Start of Records to process

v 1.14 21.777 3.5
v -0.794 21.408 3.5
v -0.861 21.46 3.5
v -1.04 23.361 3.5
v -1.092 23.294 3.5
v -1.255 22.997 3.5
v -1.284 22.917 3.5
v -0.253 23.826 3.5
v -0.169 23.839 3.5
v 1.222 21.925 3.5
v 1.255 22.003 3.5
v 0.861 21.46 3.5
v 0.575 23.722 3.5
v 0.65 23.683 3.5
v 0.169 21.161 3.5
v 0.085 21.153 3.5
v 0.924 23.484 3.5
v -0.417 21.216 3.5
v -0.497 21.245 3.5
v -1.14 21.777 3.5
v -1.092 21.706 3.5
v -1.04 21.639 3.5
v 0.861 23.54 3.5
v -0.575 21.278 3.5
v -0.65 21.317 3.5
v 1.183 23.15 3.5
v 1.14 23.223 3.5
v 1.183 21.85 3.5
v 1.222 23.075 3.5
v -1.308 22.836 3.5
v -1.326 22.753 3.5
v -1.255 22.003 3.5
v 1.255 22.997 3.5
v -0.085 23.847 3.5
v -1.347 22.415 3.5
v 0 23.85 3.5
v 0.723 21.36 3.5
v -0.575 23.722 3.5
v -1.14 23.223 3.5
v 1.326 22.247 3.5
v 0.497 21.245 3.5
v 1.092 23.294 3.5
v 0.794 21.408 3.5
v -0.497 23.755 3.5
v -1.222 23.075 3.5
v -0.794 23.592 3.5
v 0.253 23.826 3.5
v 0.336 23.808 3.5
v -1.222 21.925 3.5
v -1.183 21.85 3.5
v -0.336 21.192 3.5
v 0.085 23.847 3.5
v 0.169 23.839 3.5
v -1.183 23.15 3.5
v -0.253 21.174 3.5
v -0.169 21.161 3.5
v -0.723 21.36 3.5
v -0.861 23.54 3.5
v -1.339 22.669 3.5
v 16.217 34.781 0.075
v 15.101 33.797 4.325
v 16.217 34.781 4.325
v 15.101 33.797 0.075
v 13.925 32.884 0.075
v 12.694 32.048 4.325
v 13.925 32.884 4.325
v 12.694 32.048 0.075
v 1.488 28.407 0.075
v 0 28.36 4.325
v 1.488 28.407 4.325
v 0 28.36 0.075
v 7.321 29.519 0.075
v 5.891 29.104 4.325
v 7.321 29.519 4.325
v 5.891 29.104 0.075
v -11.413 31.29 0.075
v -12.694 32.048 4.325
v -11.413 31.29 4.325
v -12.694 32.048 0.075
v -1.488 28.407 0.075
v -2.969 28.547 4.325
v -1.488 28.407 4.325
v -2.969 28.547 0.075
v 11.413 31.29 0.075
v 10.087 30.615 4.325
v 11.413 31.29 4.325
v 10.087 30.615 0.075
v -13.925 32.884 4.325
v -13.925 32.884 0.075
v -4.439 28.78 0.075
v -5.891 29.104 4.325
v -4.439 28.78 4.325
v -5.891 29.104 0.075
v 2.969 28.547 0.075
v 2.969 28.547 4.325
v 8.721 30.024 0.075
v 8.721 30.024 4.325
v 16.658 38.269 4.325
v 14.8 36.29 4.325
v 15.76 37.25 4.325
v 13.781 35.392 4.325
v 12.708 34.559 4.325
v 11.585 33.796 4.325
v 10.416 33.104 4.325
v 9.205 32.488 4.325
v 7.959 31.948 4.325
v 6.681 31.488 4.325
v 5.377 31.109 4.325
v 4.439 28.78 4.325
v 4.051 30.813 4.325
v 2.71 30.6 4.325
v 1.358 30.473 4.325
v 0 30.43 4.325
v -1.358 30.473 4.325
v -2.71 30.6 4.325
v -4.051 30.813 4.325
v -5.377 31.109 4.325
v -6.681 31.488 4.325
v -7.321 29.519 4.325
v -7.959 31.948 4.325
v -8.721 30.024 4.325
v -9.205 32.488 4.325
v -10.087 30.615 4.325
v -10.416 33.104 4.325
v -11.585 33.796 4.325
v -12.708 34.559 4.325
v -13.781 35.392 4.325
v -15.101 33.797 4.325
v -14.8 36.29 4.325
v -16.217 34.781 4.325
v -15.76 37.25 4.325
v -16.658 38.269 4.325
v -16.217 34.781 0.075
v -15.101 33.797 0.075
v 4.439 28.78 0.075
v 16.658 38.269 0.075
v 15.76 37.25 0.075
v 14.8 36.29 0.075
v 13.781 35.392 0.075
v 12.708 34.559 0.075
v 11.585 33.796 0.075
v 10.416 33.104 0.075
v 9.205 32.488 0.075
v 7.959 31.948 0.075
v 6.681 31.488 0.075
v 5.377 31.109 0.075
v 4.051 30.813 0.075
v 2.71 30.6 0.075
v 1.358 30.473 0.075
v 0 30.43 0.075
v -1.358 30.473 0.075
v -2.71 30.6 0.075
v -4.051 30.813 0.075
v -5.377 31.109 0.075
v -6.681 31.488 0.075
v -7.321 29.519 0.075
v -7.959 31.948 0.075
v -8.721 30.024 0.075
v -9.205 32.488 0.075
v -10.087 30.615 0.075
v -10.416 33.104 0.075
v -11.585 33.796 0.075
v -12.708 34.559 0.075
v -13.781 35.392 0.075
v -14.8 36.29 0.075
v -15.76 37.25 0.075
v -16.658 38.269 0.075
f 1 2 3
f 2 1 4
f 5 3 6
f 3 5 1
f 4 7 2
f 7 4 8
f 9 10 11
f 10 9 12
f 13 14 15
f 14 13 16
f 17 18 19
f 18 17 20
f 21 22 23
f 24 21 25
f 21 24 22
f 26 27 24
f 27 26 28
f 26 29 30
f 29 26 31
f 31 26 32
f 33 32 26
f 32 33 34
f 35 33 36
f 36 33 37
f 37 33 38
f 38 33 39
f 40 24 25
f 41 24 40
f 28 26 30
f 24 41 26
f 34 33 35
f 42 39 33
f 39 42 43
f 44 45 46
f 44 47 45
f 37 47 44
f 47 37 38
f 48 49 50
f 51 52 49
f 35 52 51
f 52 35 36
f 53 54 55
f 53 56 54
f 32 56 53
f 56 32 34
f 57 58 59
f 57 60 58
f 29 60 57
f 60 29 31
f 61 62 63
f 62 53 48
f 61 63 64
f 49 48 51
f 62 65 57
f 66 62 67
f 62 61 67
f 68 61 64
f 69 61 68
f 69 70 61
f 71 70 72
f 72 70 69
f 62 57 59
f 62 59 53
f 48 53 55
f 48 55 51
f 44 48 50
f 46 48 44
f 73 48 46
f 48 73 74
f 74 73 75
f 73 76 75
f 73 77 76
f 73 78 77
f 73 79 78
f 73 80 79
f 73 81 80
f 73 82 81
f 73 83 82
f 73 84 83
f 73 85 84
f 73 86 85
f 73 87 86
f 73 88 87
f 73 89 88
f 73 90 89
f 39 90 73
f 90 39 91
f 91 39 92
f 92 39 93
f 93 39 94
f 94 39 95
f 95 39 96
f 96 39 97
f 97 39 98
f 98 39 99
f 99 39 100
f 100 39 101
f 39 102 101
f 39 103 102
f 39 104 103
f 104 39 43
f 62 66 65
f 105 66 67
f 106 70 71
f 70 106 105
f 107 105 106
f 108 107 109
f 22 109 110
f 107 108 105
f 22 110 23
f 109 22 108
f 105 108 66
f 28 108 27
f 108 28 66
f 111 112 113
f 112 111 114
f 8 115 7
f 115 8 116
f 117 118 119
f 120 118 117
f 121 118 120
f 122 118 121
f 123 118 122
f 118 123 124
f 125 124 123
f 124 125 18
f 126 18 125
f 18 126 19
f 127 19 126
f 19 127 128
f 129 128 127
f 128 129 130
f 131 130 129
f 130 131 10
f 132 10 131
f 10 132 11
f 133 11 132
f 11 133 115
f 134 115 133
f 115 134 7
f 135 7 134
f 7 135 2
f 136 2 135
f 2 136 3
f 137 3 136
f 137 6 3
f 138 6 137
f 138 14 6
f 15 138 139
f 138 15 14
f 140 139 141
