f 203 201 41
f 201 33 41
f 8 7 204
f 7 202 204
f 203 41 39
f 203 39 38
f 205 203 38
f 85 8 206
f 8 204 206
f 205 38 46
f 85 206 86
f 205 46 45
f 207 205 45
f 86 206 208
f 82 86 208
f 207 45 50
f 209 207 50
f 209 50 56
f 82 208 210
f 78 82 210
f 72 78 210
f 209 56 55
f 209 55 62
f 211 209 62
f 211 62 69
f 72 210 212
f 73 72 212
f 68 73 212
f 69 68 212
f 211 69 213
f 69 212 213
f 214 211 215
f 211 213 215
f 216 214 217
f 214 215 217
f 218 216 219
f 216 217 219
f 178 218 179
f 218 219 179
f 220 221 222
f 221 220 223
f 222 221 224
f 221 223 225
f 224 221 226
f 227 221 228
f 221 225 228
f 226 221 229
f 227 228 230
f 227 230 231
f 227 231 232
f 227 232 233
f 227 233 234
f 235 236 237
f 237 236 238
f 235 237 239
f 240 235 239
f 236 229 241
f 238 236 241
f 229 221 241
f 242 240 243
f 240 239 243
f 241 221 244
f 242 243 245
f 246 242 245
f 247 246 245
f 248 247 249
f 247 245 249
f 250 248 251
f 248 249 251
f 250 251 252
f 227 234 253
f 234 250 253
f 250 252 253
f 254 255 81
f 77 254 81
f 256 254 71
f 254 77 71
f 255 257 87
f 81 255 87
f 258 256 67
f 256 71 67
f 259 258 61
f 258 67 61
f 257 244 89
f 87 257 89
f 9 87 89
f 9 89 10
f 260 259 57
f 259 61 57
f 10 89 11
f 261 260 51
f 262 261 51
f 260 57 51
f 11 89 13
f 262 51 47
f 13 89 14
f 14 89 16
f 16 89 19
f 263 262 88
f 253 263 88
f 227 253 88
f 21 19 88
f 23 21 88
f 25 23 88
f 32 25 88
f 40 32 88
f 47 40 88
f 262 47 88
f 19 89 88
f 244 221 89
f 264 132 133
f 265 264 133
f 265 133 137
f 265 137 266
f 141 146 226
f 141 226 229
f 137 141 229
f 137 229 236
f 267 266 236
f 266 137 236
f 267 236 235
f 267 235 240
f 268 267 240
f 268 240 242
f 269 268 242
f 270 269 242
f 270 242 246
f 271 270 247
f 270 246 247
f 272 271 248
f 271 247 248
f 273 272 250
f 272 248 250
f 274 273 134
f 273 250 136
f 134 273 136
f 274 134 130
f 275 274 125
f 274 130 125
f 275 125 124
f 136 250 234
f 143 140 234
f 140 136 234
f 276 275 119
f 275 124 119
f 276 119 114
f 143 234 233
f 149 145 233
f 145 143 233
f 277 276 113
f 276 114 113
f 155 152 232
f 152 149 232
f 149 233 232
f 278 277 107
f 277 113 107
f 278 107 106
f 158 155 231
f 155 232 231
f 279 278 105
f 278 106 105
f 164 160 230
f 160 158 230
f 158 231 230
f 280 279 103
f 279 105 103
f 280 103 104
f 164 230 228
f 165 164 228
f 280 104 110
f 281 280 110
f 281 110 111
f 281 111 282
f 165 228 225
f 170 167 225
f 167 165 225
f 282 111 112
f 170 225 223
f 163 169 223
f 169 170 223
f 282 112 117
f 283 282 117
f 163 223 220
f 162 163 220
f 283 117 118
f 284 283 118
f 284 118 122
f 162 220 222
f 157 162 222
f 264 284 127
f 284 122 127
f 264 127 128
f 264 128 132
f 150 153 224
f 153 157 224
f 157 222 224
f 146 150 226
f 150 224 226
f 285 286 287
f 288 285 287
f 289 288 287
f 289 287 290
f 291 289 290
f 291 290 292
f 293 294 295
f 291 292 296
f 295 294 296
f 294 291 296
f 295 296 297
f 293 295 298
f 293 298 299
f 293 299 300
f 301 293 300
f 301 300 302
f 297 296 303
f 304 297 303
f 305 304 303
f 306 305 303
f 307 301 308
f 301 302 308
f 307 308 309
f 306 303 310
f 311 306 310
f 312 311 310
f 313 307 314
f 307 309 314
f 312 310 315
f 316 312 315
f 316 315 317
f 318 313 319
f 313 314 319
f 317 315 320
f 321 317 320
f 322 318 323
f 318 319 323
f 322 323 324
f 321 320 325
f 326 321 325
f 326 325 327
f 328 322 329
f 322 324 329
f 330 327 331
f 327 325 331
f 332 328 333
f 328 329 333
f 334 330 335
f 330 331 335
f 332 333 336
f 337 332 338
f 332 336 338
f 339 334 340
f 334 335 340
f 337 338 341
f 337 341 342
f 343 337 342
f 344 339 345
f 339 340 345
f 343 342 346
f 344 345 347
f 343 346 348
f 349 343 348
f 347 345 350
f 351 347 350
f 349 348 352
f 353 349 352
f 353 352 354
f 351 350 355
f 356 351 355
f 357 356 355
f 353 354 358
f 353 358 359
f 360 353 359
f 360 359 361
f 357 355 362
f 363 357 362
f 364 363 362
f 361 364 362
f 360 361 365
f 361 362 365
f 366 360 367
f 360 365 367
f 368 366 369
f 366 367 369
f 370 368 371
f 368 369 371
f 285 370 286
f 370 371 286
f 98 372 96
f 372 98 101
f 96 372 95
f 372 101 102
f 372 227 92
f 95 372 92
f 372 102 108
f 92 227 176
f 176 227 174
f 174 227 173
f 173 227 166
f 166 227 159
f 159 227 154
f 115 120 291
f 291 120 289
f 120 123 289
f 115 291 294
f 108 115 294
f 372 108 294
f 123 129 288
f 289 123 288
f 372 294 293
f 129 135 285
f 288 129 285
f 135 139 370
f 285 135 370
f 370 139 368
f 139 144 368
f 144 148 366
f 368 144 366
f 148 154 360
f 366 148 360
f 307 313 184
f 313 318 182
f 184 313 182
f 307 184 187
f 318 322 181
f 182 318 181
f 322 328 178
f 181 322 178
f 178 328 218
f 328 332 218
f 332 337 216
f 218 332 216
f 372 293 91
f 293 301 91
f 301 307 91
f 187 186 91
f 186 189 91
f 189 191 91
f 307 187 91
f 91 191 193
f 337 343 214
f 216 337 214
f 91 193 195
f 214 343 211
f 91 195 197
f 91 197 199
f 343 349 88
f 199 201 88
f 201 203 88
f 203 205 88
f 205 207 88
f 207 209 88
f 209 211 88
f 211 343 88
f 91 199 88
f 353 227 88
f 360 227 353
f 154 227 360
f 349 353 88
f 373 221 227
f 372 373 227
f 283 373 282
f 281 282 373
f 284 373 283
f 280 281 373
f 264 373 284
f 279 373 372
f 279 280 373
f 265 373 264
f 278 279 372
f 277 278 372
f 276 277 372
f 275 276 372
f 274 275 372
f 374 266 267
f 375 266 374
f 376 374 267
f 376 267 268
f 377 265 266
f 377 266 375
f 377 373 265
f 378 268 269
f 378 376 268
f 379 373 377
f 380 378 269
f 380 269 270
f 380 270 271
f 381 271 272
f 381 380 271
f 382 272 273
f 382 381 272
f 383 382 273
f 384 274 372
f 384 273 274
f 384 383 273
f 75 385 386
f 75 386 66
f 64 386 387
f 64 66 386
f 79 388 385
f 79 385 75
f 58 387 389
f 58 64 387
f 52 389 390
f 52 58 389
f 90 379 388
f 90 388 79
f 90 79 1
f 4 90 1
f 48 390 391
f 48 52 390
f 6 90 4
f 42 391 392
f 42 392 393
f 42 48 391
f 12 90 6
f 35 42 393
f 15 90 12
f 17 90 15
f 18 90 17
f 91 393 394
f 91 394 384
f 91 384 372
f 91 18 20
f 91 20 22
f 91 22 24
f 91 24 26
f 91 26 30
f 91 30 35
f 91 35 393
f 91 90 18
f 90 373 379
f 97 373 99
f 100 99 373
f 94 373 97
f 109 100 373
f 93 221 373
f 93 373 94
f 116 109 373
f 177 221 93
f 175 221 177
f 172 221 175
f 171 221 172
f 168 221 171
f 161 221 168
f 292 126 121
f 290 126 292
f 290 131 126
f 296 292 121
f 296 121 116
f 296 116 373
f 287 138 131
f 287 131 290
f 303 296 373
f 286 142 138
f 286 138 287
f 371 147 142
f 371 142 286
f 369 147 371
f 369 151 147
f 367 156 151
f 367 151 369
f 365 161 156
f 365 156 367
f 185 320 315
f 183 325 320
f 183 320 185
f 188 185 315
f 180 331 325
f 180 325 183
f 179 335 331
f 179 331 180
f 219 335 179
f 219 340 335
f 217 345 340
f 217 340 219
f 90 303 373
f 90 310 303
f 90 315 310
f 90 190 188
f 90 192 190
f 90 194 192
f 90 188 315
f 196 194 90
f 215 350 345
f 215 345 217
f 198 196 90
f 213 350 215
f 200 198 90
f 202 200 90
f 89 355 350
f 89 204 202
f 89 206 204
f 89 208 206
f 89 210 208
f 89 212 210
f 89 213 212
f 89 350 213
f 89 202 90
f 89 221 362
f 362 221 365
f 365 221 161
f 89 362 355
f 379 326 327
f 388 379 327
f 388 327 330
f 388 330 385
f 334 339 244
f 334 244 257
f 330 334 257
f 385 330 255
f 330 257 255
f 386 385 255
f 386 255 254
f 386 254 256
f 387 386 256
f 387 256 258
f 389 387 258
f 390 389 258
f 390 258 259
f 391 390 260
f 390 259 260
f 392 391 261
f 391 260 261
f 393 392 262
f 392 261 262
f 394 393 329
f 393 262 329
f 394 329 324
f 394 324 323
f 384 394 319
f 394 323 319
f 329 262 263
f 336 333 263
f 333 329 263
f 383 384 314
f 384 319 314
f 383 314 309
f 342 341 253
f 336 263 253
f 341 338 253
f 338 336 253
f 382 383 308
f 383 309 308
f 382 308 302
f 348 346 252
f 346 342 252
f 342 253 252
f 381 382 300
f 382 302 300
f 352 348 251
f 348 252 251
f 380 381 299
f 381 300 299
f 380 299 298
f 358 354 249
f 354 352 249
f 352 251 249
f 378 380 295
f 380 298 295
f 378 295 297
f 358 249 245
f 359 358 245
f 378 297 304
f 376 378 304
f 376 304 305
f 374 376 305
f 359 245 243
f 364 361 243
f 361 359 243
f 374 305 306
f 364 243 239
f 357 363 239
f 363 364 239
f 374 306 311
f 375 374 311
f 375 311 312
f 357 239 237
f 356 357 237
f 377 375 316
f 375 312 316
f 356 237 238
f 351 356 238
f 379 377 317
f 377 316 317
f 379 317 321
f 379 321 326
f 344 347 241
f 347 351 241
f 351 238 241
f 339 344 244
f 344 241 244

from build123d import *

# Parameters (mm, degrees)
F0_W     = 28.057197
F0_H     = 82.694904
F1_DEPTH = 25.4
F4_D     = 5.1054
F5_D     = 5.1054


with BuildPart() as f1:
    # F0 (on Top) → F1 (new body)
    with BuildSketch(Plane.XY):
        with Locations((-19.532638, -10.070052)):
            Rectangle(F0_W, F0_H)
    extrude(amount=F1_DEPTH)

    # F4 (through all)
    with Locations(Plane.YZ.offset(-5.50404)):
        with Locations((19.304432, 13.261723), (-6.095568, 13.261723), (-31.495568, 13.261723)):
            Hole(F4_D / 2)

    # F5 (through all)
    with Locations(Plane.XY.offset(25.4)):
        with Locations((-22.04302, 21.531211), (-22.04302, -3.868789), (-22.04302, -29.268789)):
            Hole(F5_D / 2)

End of Records to process

• _Task directions_: Reproduce only this range: the first line of the data above through the line with "v -2.969 28.547 4.325", both included, exactly as written.

• _Result for this task_:
v 1.14 21.777 3.5
v -0.794 21.408 3.5
v -0.861 21.46 3.5
v -1.04 23.361 3.5
v -1.092 23.294 3.5
v -1.255 22.997 3.5
v -1.284 22.917 3.5
v -0.253 23.826 3.5
v -0.169 23.839 3.5
v 1.222 21.925 3.5
v 1.255 22.003 3.5
v 0.861 21.46 3.5
v 0.575 23.722 3.5
v 0.65 23.683 3.5
v 0.169 21.161 3.5
v 0.085 21.153 3.5
v 0.924 23.484 3.5
v -0.417 21.216 3.5
v -0.497 21.245 3.5
v -1.14 21.777 3.5
v -1.092 21.706 3.5
v -1.04 21.639 3.5
v 0.861 23.54 3.5
v -0.575 21.278 3.5
v -0.65 21.317 3.5
v 1.183 23.15 3.5
v 1.14 23.223 3.5
v 1.183 21.85 3.5
v 1.222 23.075 3.5
v -1.308 22.836 3.5
v -1.326 22.753 3.5
v -1.255 22.003 3.5
v 1.255 22.997 3.5
v -0.085 23.847 3.5
v -1.347 22.415 3.5
v 0 23.85 3.5
v 0.723 21.36 3.5
v -0.575 23.722 3.5
v -1.14 23.223 3.5
v 1.326 22.247 3.5
v 0.497 21.245 3.5
v 1.092 23.294 3.5
v 0.794 21.408 3.5
v -0.497 23.755 3.5
v -1.222 23.075 3.5
v -0.794 23.592 3.5
v 0.253 23.826 3.5
v 0.336 23.808 3.5
v -1.222 21.925 3.5
v -1.183 21.85 3.5
v -0.336 21.192 3.5
v 0.085 23.847 3.5
v 0.169 23.839 3.5
v -1.183 23.15 3.5
v -0.253 21.174 3.5
v -0.169 21.161 3.5
v -0.723 21.36 3.5
v -0.861 23.54 3.5
v -1.339 22.669 3.5
v 16.217 34.781 0.075
v 15.101 33.797 4.325
v 16.217 34.781 4.325
v 15.101 33.797 0.075
v 13.925 32.884 0.075
v 12.694 32.048 4.325
v 13.925 32.884 4.325
v 12.694 32.048 0.075
v 1.488 28.407 0.075
v 0 28.36 4.325
v 1.488 28.407 4.325
v 0 28.36 0.075
v 7.321 29.519 0.075
v 5.891 29.104 4.325
v 7.321 29.519 4.325
v 5.891 29.104 0.075
v -11.413 31.29 0.075
v -12.694 32.048 4.325
v -11.413 31.29 4.325
v -12.694 32.048 0.075
v -1.488 28.407 0.075
v -2.969 28.547 4.325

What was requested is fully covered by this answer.